Le amministrazioni locali di alcune grandi città italiane, tra cui Roma, Napoli, Bari, Milano e Torino, hanno dato vita alla “Rete delle città italiane per una politica innovativa sulle droghe”, che già si è dotata di un proprio manifesto che chiede di cambiare l’approccio adottato nei confronti delle sostanze e dei cittadini che le consumano, abbandonando il proibizionismo e un atteggiamento politico che continua a vedere nell’uso di droghe in problema di ordine pubblico piuttosto che una questione sociale.
Quello della dipendenza, secondo la Rete antiproibizionista, è un fenomeno “ampio, diffuso, complesso e radicato”, che più che represso va regolamentato e affrontato rimettendo al centro le persone e le loro fragilità, tornando ad investire nelle pratiche di riduzione del danno.
Il “manifesto”, siglato al momento dalla Consigliera della Città metropolitana di Roma, Tiziana Biolghini, e dagli assessori Lamberto Bertolé (Milano), Francesca Bottalico (Bari), Luca Rizzo Nervo (Bologna), Jacopo Rosatelli (Torino), Luca Trapanese (Napoli), si pone l’obiettivo di “sperimentare modelli di regolazione sociale dei fenomeni del consumo, di mediazione sociale per garantire accessibilità e vivibilità dello spazio urbano per tutti, di politiche centrate sulla promozione della salute e sui diritti”.
Di fatto il senso profondo è, oltre a quello che abbiamo già detto, trattare in modo diverso chi assume le sostanze e differenziare tra loro le diverse sostanze (evitando di accomunare, per esempio, la cannabis agli oppioidi): questo aiuterebbe a trovare una risposta efficace per ogni singolo caso, senza generalizzare o creare stigmi. “La doppia lettura del consumo di droghe, fino ad oggi prevalente, in termini di devianza e patologia si è rivelata del tutto inadeguata a nuova una lettura del fenomeno, che non consente né di comprendere né di gestire”.
Gli amministratori pubblici firmatari sottolineano che non mettono in discussione “il contrasto allo spaccio e alla criminalità, che competono alle forze di polizia” ma chiedono che all’approccio poliziesco si aggiungano “interventi integrati per evitare che chi consuma sostanze entri in un cono d’ombra dove le alternative sono solo o il carcere o l’emarginazione estrema”.
Le “tattiche” utilizzare fino ad ora, infatti, e che spesso hanno previsto una risposta penale e repressiva nei confronti degli utilizzatori di sostanze, non sembrano aver funzionato (anzi, in molti casi ha dato risultati contrari).
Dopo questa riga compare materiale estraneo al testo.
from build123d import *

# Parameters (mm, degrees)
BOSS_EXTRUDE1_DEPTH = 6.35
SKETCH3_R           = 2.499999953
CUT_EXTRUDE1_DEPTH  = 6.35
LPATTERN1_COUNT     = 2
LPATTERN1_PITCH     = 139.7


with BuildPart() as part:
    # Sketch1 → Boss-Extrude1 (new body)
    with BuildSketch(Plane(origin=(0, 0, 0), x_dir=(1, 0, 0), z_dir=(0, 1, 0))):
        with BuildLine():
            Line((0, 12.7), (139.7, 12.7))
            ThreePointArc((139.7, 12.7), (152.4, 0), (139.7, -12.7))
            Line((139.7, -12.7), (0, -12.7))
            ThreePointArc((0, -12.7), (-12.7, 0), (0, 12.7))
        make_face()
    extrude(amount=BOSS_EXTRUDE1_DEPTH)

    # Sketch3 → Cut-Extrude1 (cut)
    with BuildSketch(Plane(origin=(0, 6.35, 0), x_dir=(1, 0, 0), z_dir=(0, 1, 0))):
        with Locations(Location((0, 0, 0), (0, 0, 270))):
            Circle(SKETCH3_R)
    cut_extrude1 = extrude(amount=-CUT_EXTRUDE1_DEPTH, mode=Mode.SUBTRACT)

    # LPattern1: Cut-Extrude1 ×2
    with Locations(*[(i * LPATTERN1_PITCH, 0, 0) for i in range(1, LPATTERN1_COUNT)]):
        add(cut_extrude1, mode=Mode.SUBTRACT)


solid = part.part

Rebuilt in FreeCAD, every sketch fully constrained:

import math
import FreeCAD as App
import Part
import Sketcher
from FreeCAD import Vector
Q = App.Units.Quantity

doc = App.newDocument("Part")
body = doc.addObject("PartDesign::Body", "Body")

# Sketch on XZ plane
sketch1 = doc.addObject("Sketcher::SketchObject", "Sketch")
body.addObject(sketch1)
sketch1.AttachmentSupport = (doc.XZ_Plane, [""])
sketch1.MapMode = "FlatFace"
sketch1.addGeometry([
    Part.LineSegment(Vector(140, -13, 0), Vector(0, -13, 0)),
    Part.ArcOfCircle(Part.Circle(Vector(0, 0, 0), Vector(0, 0, 1), 13), math.radians(90), math.radians(270)),
    Part.LineSegment(Vector(0, 13, 0), Vector(140, 13, 0)),
    Part.ArcOfCircle(Part.Circle(Vector(140, 0, 0), Vector(0, 0, 1), 13), math.radians(-90), math.radians(90)),
], False)
sketch1.addConstraint([
    Sketcher.Constraint("Tangent", 0, 2, 1, 2),
    Sketcher.Constraint("Tangent", 1, 1, 2, 1),
    Sketcher.Constraint("Tangent", 2, 2, 3, 2),
    Sketcher.Constraint("Tangent", 3, 1, 0, 1),
    Sketcher.Constraint("Horizontal", 0),
    Sketcher.Constraint("Horizontal", 2),
    Sketcher.Constraint("Coincident", 1, 3, -1, 1),
    Sketcher.Constraint("Radius", 1, Q("0.5 in")),
    Sketcher.Constraint("DistanceX", 0, 2, 0, 1, Q("5.5 in")),
])
pad1 = doc.addObject("PartDesign::Pad", "Pad")
body.addObject(pad1)
pad1.Profile = sketch1
pad1.Length = Q("0.25 in")
pad1.Reversed = True

# Sketch on XZ plane
sketch2 = doc.addObject("Sketcher::SketchObject", "Sketch001")
body.addObject(sketch2)
sketch2.AttachmentSupport = (doc.XZ_Plane, [""])
sketch2.MapMode = "FlatFace"
sketch2.AttachmentOffset = App.Placement(Vector(0, 0, -0.25 * 25.4), App.Rotation())
sketch2.addGeometry(Part.Circle(Vector(0, 0, 0), Vector(0, 0, 1), 2.5), False)
sketch2.addConstraint([
    Sketcher.Constraint("Coincident", 0, 3, -1, 1),
    Sketcher.Constraint("Diameter", 0, Q("5 mm")),
])
pocket1 = doc.addObject("PartDesign::Pocket", "Pocket")
body.addObject(pocket1)
pocket1.Profile = sketch2
pocket1.Length = Q("0.25 in")
pocket1.Reversed = True
doc.recompute()

linearpattern = doc.addObject("PartDesign::LinearPattern", "LinearPattern")
body.addObject(linearpattern)
linearpattern.Originals = [pocket1]
linearpattern.Direction = (doc.X_Axis, [""])
linearpattern.Mode = "offset"
linearpattern.Offset = Q("5.5 in")
linearpattern.Occurrences = 2
body.Tip = linearpattern

doc.recompute()
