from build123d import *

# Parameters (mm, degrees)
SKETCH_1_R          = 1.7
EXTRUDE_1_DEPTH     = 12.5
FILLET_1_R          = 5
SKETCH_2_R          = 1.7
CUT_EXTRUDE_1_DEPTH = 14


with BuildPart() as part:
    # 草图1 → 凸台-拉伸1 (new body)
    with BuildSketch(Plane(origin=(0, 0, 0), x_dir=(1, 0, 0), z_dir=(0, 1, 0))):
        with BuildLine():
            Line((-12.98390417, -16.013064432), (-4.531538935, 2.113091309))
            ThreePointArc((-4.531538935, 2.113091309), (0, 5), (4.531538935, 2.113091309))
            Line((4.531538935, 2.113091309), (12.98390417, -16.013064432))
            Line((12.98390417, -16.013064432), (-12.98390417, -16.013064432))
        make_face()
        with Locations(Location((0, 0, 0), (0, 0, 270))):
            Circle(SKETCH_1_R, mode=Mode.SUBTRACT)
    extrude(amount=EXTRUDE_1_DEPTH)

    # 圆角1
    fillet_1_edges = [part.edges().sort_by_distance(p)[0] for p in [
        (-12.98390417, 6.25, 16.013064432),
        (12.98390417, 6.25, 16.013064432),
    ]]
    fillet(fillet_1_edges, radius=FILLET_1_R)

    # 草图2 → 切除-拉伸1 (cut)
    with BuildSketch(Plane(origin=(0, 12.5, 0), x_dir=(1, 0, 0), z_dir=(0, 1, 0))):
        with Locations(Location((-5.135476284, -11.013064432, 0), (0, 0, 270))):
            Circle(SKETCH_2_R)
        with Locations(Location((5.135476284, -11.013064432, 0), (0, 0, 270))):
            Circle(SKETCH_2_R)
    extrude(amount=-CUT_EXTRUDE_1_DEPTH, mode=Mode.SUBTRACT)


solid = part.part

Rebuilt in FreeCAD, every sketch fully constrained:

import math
import FreeCAD as App
import Part
import Sketcher

V = App.Vector
Q = App.Units.Quantity


def edges_at(feature, points):
    """Names of the edges that pass closest to the given points."""
    edges = feature.Shape.Edges
    near = lambda p: min(range(len(edges)), key=lambda i: edges[i].distToShape(Part.Vertex(*p))[0])
    return sorted({f"Edge{near(p) + 1}" for p in points})

doc = App.newDocument("Part")
params = doc.addObject("Spreadsheet::Sheet", "Params")
for row, (alias, value) in enumerate([
    ("sketch1_radius", "5 mm"),
    ("sketch1_diameter", "3.4 mm"),
    ("sketch1_length", "20 mm"),
    ("pad1_length", "12.5 mm"),
    ("fillet_radius", "5 mm"),
    ("sketch2_diameter", "3.4 mm"),
    ("pocket1_length", "14 mm"),
], start=1):
    params.set(f"A{row}", alias)
    params.set(f"B{row}", "=" + value)
    params.setAlias(f"B{row}", alias)

body = doc.addObject("PartDesign::Body", "Body")

# Sketch on XZ plane
sketch1 = body.newObject("Sketcher::SketchObject", "Sketch")
sketch1.AttachmentSupport = (doc.getObject("XZ_Plane"), [""])
sketch1.MapMode = "FlatFace"
sketch1.addGeometry([
    Part.LineSegment(V(-4.5, -2.1, 0), V(-13, 16, 0)),  # 0
    Part.LineSegment(V(-13, 16, 0), V(13, 16, 0)),  # 1
    Part.LineSegment(V(13, 16, 0), V(4.5, -2.1, 0)),  # 2
    Part.ArcOfCircle(Part.Circle(V(0, 0, 0), V(0, 0, 1), 5), math.radians(-155), math.radians(-25)),  # 3
    Part.Circle(V(0, 0, 0), V(0, 0, 1), 1.7),  # 4
], False)
sketch1.addConstraint([
    Sketcher.Constraint("Coincident", 0, 2, 1, 1),
    Sketcher.Constraint("Coincident", 1, 2, 2, 1),
    Sketcher.Constraint("Tangent", 2, 2, 3, 2),
    Sketcher.Constraint("Tangent", 3, 1, 0, 1),
    Sketcher.Constraint("Horizontal", 1),
    Sketcher.Constraint("Coincident", 3, 3, -1, 1),
    Sketcher.Constraint("Coincident", 4, 3, -1, 1),
    Sketcher.Constraint("Horizontal", 2, 2, 3, 1),
    Sketcher.Constraint("Radius", 3, Q("5 mm")),
    Sketcher.Constraint("Diameter", 4, Q("3.4 mm")),
    Sketcher.Constraint("Angle", 0, Q("115 deg")),
    Sketcher.Constraint("Distance", 0, Q("20 mm")),
])
sketch1.setExpression("Constraints[8]", "Params.sketch1_radius")
sketch1.setExpression("Constraints[9]", "Params.sketch1_diameter")
sketch1.setExpression("Constraints[11]", "Params.sketch1_length")
pad1 = body.newObject("PartDesign::Pad", "Pad")
pad1.Profile = sketch1
pad1.setExpression("Length", "Params.pad1_length")
pad1.Reversed = True
doc.recompute()

fillet = body.newObject("PartDesign::Fillet", "Fillet")
fillet.Base = (pad1, edges_at(pad1, [(-12.984, 6.25, 16.013), (12.984, 6.25, 16.013)]))
fillet.setExpression("Radius", "Params.fillet_radius")

# Sketch on XZ plane
sketch2 = body.newObject("Sketcher::SketchObject", "Sketch001")
sketch2.AttachmentSupport = (doc.getObject("XZ_Plane"), [""])
sketch2.MapMode = "FlatFace"
sketch2.AttachmentOffset = App.Placement(V(0, 0, -12.5), App.Rotation())
sketch2.addGeometry([
    Part.Circle(V(-5.1, 11, 0), V(0, 0, 1), 1.7),
    Part.Circle(V(5.1, 11, 0), V(0, 0, 1), 1.7),
], False)
sketch2.addConstraint([
    Sketcher.Constraint("Equal", 0, 1),
    Sketcher.Constraint("Symmetric", 0, 3, 1, 3, -2),
    Sketcher.Constraint("Diameter", 0, Q("3.4 mm")),
    Sketcher.Constraint("DistanceX", 0, 3, -1, 1, Q("5.135476 mm")),
    Sketcher.Constraint("DistanceY", -1, 1, 0, 3, Q("11.013064 mm")),
])
sketch2.setExpression("Constraints[2]", "Params.sketch2_diameter")
pocket1 = body.newObject("PartDesign::Pocket", "Pocket")
pocket1.Profile = sketch2
pocket1.setExpression("Length", "Params.pocket1_length")
pocket1.Reversed = True

doc.recompute()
L’errore è cercare di trattare un fenomeno complesso con una giurisdizione “semplice” e univoca. E in questo le città anti-proibizioniste puntano invece fare da apripista, perché sono loro a dover gestire, prima di tutti, situazioni come “la movida serale e i rave”. Le comunità si evolvono, e con esse l’utilizzo di sostanze. Negli ultimi anni, ad esempio, da una parte si sono moltiplicate sul mercato le sostanze psicoattive, usate tra diverse fasce di cittadini, sin dalla giovane età. Dall’altra, “si è complicata la realtà, e i rischi connessi, delle persone socialmente emarginate che consumano droghe, la cui condizione è segnata dai processi di impoverimento che investono le nostre città”.